Professor Mike Press, who has spent the past decade studying how design can contribute to crime reduction, said that, in order for CCTV to have any effect, it must be used in a targeted way. For example, a scheme in Manchester records every licence plate at the entrance of a shopping complex and alerts police when one is found to belong to an untaxed or stolen car. This is an effective example of monitoring, he said. Most schemes that simply record city centres continually — often not being watched – do not produce results. CCTV can also have the opposite effect of that intended, by giving citizens a false sense of security and encouraging them to be careless with property and personal safety. Professor Press said: All the evidence suggests that CCTV alone makes no positive impact on crime reduction and prevention at all The weight of evidence would suggest the investment is more or less a waste of money unless you have lots of other things in place.’ He believes that much of the increase is driven by the marketing efforts of security companies who promote the crime-reducing benefits of their products. He described it as a lazy approach to crime prevention’ and said that authorities should instead be focusing on how to alter the environment to reduce crime.
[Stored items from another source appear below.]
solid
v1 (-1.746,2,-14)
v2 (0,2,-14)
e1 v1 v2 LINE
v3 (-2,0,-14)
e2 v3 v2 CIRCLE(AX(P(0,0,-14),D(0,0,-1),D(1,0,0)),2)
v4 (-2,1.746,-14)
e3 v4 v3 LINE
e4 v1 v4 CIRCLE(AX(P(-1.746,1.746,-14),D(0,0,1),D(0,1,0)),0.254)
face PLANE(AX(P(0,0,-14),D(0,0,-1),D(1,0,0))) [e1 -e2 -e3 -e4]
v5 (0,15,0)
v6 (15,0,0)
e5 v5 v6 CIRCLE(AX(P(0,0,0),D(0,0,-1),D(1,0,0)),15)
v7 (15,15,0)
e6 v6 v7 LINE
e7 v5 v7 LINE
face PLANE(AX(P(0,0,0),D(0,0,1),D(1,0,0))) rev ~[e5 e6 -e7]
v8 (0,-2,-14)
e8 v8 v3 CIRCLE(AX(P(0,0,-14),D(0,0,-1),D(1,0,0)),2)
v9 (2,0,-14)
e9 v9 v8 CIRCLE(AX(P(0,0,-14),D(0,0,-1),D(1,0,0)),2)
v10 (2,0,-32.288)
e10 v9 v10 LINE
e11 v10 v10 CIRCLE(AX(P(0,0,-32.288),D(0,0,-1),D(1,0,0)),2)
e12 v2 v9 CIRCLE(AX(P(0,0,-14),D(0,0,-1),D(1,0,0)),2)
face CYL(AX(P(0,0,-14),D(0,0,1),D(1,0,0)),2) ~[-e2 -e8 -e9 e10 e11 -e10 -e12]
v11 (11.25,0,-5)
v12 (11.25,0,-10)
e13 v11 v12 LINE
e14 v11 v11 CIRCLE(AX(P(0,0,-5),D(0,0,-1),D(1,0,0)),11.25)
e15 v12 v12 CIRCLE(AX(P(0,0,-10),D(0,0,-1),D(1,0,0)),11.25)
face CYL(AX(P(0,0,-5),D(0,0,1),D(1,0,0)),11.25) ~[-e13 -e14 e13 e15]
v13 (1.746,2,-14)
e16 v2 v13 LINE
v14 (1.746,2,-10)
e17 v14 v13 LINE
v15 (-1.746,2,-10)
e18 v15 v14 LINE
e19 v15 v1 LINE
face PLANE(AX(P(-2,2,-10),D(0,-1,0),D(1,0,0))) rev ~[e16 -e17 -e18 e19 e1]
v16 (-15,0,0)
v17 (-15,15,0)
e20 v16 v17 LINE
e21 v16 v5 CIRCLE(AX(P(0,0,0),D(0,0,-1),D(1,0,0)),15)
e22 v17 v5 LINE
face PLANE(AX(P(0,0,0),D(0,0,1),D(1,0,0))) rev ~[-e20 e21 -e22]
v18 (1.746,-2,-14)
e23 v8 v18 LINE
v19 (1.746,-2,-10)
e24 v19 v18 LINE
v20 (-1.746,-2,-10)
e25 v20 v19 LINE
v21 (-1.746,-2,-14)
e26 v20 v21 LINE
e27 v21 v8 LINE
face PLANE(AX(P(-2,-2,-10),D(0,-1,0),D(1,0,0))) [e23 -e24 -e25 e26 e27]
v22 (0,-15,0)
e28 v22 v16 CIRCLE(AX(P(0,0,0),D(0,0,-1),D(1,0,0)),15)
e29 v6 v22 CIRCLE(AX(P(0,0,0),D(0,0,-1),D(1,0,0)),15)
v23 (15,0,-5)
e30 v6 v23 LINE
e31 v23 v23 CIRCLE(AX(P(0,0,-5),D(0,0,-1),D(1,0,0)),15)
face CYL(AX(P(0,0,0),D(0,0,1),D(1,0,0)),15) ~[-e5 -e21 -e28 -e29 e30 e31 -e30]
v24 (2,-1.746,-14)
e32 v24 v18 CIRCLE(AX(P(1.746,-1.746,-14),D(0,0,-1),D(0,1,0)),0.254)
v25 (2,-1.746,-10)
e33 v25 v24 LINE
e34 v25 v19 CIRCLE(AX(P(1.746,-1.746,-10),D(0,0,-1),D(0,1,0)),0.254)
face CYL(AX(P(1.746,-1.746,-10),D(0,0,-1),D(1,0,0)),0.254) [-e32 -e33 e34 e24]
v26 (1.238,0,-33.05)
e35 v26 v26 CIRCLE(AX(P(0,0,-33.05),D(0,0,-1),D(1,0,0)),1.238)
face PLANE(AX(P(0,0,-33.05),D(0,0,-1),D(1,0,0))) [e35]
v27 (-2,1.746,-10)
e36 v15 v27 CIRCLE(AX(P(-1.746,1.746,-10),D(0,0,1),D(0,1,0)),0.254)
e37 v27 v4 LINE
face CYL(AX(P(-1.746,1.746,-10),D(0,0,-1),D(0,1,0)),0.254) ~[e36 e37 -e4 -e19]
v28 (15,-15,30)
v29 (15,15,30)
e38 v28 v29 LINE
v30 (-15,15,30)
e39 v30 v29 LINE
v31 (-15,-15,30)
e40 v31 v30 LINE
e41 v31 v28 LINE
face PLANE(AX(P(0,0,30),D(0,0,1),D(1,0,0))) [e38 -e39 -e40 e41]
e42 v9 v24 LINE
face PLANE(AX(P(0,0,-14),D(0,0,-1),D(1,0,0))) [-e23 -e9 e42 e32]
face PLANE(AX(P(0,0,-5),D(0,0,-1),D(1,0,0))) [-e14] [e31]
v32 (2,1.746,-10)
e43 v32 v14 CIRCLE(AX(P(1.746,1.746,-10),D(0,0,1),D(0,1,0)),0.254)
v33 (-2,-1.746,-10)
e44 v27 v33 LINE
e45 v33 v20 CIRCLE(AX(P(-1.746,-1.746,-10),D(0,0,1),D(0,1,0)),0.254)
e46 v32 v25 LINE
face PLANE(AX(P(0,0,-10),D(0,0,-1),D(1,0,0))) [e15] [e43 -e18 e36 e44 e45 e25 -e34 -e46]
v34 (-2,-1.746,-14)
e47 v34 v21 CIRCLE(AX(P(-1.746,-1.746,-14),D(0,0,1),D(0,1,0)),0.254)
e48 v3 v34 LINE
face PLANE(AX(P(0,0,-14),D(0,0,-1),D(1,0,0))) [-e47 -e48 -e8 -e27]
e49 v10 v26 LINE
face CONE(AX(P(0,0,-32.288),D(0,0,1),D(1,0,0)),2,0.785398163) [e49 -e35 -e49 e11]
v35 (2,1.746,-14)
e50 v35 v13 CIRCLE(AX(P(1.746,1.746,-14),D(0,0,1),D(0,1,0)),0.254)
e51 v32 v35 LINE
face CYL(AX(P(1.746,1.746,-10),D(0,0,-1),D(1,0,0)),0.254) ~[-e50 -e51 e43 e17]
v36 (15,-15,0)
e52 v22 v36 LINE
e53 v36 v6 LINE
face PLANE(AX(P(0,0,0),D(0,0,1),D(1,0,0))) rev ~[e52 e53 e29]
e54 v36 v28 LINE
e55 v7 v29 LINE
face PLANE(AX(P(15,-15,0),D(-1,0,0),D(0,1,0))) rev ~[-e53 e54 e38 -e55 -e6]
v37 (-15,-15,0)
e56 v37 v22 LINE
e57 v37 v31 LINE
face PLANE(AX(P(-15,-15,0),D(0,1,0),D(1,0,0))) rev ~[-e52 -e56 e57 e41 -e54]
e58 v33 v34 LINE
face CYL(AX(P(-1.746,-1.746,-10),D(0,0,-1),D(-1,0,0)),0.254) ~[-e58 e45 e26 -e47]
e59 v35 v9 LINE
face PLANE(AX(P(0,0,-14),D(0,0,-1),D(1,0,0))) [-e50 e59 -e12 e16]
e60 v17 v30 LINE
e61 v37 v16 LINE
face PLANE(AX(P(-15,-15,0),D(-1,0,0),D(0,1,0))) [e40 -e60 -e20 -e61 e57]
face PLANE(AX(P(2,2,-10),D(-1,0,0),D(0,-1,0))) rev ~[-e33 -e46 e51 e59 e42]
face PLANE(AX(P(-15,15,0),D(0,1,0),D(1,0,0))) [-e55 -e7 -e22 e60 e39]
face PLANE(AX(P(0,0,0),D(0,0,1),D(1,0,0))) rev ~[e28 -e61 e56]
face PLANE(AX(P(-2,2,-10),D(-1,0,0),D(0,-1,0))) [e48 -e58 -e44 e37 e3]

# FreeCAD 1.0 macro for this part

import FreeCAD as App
import Part
import Sketcher
Q = App.Units.Quantity


def edges_at(feature, points):
    """Names of the edges that pass closest to the given points."""
    edges = feature.Shape.Edges
    near = lambda p: min(range(len(edges)), key=lambda i: edges[i].distToShape(Part.Vertex(*p))[0])
    return sorted({f"Edge{near(p) + 1}" for p in points})

doc = App.newDocument("Part")
params = doc.addObject("Spreadsheet::Sheet", "Params")
for row, (alias, value) in enumerate([
    ("sketch1_width", "30 mm"),
    ("pad1_length", "30 mm"),
    ("sketch2_diameter", "30 mm"),
    ("pad2_length", "5 mm"),
    ("sketch3_diameter", "22.5 mm"),
    ("pad3_length", "5 mm"),
    ("sketch4_width", "4 mm"),
    ("pad4_length", "4 mm"),
    ("sketch5_diameter", "4 mm"),
    ("pad5_length", "19.05 mm"),
    ("chamfer_size", "0.762 mm"),
    ("fillet_radius", "0.254 mm"),
], start=1):
    params.set(f"A{row}", alias)
    params.set(f"B{row}", "=" + value)
    params.setAlias(f"B{row}", alias)

body = doc.addObject("PartDesign::Body", "Body")

# Sketch on XY plane
sketch1 = doc.addObject("Sketcher::SketchObject", "Sketch")
body.addObject(sketch1)
sketch1.AttachmentSupport = (doc.XY_Plane, [""])
sketch1.MapMode = "FlatFace"
sketch1.addGeometry(Part.LineSegment(App.Vector(-15, 15, 0), App.Vector(-15, -15, 0)), False)
sketch1.addGeometry(Part.LineSegment(App.Vector(-15, -15, 0), App.Vector(15, -15, 0)), False)
sketch1.addGeometry(Part.LineSegment(App.Vector(15, -15, 0), App.Vector(15, 15, 0)), False)
sketch1.addGeometry(Part.LineSegment(App.Vector(15, 15, 0), App.Vector(-15, 15, 0)), False)
sketch1.addConstraint(Sketcher.Constraint("Coincident", 0, 2, 1, 1))
sketch1.addConstraint(Sketcher.Constraint("Coincident", 1, 2, 2, 1))
sketch1.addConstraint(Sketcher.Constraint("Coincident", 2, 2, 3, 1))
sketch1.addConstraint(Sketcher.Constraint("Coincident", 3, 2, 0, 1))
sketch1.addConstraint(Sketcher.Constraint("Vertical", 0))
sketch1.addConstraint(Sketcher.Constraint("Horizontal", 1))
sketch1.addConstraint(Sketcher.Constraint("Vertical", 2))
sketch1.addConstraint(Sketcher.Constraint("Horizontal", 3))
sketch1.addConstraint(Sketcher.Constraint("Symmetric", 0, 2, 2, 2, -1, 1))
sketch1.addConstraint(Sketcher.Constraint("Equal", 3, 0))
sketch1.addConstraint(Sketcher.Constraint("DistanceX", 1, 1, 1, 2, Q("30 mm")))
sketch1.setExpression("Constraints[10]", "Params.sketch1_width")
pad1 = doc.addObject("PartDesign::Pad", "Pad")
body.addObject(pad1)
pad1.Profile = sketch1
pad1.setExpression("Length", "Params.pad1_length")

# Sketch on XY plane
sketch2 = doc.addObject("Sketcher::SketchObject", "Sketch001")
body.addObject(sketch2)
sketch2.AttachmentSupport = (doc.XY_Plane, [""])
sketch2.MapMode = "FlatFace"
sketch2.addGeometry(Part.Circle(App.Vector(0, 0, 0), App.Vector(0, 0, 1), 15), False)
sketch2.addConstraint(Sketcher.Constraint("Coincident", 0, 3, -1, 1))
sketch2.addConstraint(Sketcher.Constraint("Diameter", 0, Q("30 mm")))
sketch2.setExpression("Constraints[1]", "Params.sketch2_diameter")
pad2 = doc.addObject("PartDesign::Pad", "Pad001")
body.addObject(pad2)
pad2.Profile = sketch2
pad2.setExpression("Length", "Params.pad2_length")
pad2.Reversed = True

# Sketch on XY plane
sketch3 = doc.addObject("Sketcher::SketchObject", "Sketch002")
body.addObject(sketch3)
sketch3.AttachmentSupport = (doc.XY_Plane, [""])
sketch3.MapMode = "FlatFace"
sketch3.AttachmentOffset = App.Placement(App.Vector(0, 0, -5), App.Rotation())
sketch3.addGeometry(Part.Circle(App.Vector(0, 0, 0), App.Vector(0, 0, 1), 11), False)
sketch3.addConstraint(Sketcher.Constraint("Coincident", 0, 3, -1, 1))
sketch3.addConstraint(Sketcher.Constraint("Diameter", 0, Q("22.5 mm")))
sketch3.setExpression("Constraints[1]", "Params.sketch3_diameter")
pad3 = doc.addObject("PartDesign::Pad", "Pad002")
body.addObject(pad3)
pad3.Profile = sketch3
pad3.setExpression("Length", "Params.pad3_length")
pad3.Reversed = True

# Sketch on XY plane
sketch4 = doc.addObject("Sketcher::SketchObject", "Sketch003")
body.addObject(sketch4)
sketch4.AttachmentSupport = (doc.XY_Plane, [""])
sketch4.MapMode = "FlatFace"
sketch4.AttachmentOffset = App.Placement(App.Vector(0, 0, -10), App.Rotation())
sketch4.addGeometry(Part.LineSegment(App.Vector(-2, -2, 0), App.Vector(-2, 2, 0)), False)
sketch4.addGeometry(Part.LineSegment(App.Vector(-2, 2, 0), App.Vector(2, 2, 0)), False)
sketch4.addGeometry(Part.LineSegment(App.Vector(2, 2, 0), App.Vector(2, -2, 0)), False)
sketch4.addGeometry(Part.LineSegment(App.Vector(2, -2, 0), App.Vector(-2, -2, 0)), False)
sketch4.addConstraint(Sketcher.Constraint("Coincident", 0, 2, 1, 1))
sketch4.addConstraint(Sketcher.Constraint("Coincident", 1, 2, 2, 1))
sketch4.addConstraint(Sketcher.Constraint("Coincident", 2, 2, 3, 1))
sketch4.addConstraint(Sketcher.Constraint("Coincident", 3, 2, 0, 1))
sketch4.addConstraint(Sketcher.Constraint("Vertical", 0))
sketch4.addConstraint(Sketcher.Constraint("Horizontal", 1))
sketch4.addConstraint(Sketcher.Constraint("Vertical", 2))
sketch4.addConstraint(Sketcher.Constraint("Horizontal", 3))
sketch4.addConstraint(Sketcher.Constraint("Symmetric", 0, 2, 2, 2, -1, 1))
sketch4.addConstraint(Sketcher.Constraint("Equal", 3, 0))
sketch4.addConstraint(Sketcher.Constraint("DistanceX", 1, 1, 1, 2, Q("4 mm")))
sketch4.setExpression("Constraints[10]", "Params.sketch4_width")
pad4 = doc.addObject("PartDesign::Pad", "Pad003")
body.addObject(pad4)
pad4.Profile = sketch4
pad4.setExpression("Length", "Params.pad4_length")
pad4.Reversed = True

# Sketch on XY plane
sketch5 = doc.addObject("Sketcher::SketchObject", "Sketch004")
body.addObject(sketch5)
sketch5.AttachmentSupport = (doc.XY_Plane, [""])
sketch5.MapMode = "FlatFace"
sketch5.AttachmentOffset = App.Placement(App.Vector(0, 0, -14), App.Rotation())
sketch5.addGeometry(Part.Circle(App.Vector(0, 0, 0), App.Vector(0, 0, 1), 2), False)
sketch5.addConstraint(Sketcher.Constraint("Coincident", 0, 3, -1, 1))
sketch5.addConstraint(Sketcher.Constraint("Diameter", 0, Q("4 mm")))
sketch5.setExpression("Constraints[1]", "Params.sketch5_diameter")
pad5 = doc.addObject("PartDesign::Pad", "Pad004")
body.addObject(pad5)
pad5.Profile = sketch5
pad5.setExpression("Length", "Params.pad5_length")
pad5.Reversed = True
doc.recompute()

chamfer = doc.addObject("PartDesign::Chamfer", "Chamfer")
body.addObject(chamfer)
chamfer.Base = (pad5, edges_at(pad5, [(-2, 0, -33.05)]))
chamfer.setExpression("Size", "Params.chamfer_size")
doc.recompute()

fillet = doc.addObject("PartDesign::Fillet", "Fillet")
body.addObject(fillet)
fillet.Base = (chamfer, edges_at(chamfer, [
    (-2, 2, -12),
    (-2, -2, -12),
    (2, -2, -12),
    (2, 2, -12),
]))
fillet.setExpression("Radius", "Params.fillet_radius")

doc.recompute()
But in reality, this is not what is happening. Instead, police are considering using more technology. Police forces have recently begun experimenting with cameras in their helmets. The footage will be stored on police computers, along with the footage from thousands of CCTV cameras and millions of pictures from numberplate recognition cameras used increasingly to check up on motorists.


And now another type of technology is being introduced. It’s called the Microdrone and it’s a toy-sized remote-control craft that hovers above streets or crowds to film what’s going on beneath. The Microdrone has already been used to monitor rock festivals, but its supplier has also been in discussions to supply it to the Metropolitan Police, and Soca, the Serious Organised Crime Agency. The drones are small enough to be unnoticed by people on the ground when they are flying at 350ft. They contain high-resolution video surveillance equipment and an infrared night vision capability, so even in darkness they give their operators a bird’s-eye view of locations while remaining virtually undetectable.



The worrying thing is, who will get access to this technology? Merseyside police are already employing two of the devices as part of a pilot scheme to watch football crowds and city parks looking for antisocial behaviour. It is not just about crime detection: West Midlands fire brigade is about to lease a drone, for example, to get a better view of fire and flood scenes and aid rescue attempts; the Environment Agency is considering their use for monitoring of illegal fly tipping and oil spills. The company that makes the drone says it has no plans to license the equipment to individuals or private companies, which hopefully will prevent private security firms from getting their hands on them. But what about local authorities? In theory, this technology could be used against motorists. And where will the surveillance society end? Already there are plans to introduce smart water’ containing a unique DNA code identifier that when sprayed on a suspect will cling to their clothes and skin and allow officers to identify them later. As long as high-tech tools are being used in the fight against crime and terrorism, fine. But if it’s another weapon to be used to invade our privacy then we don’t want it.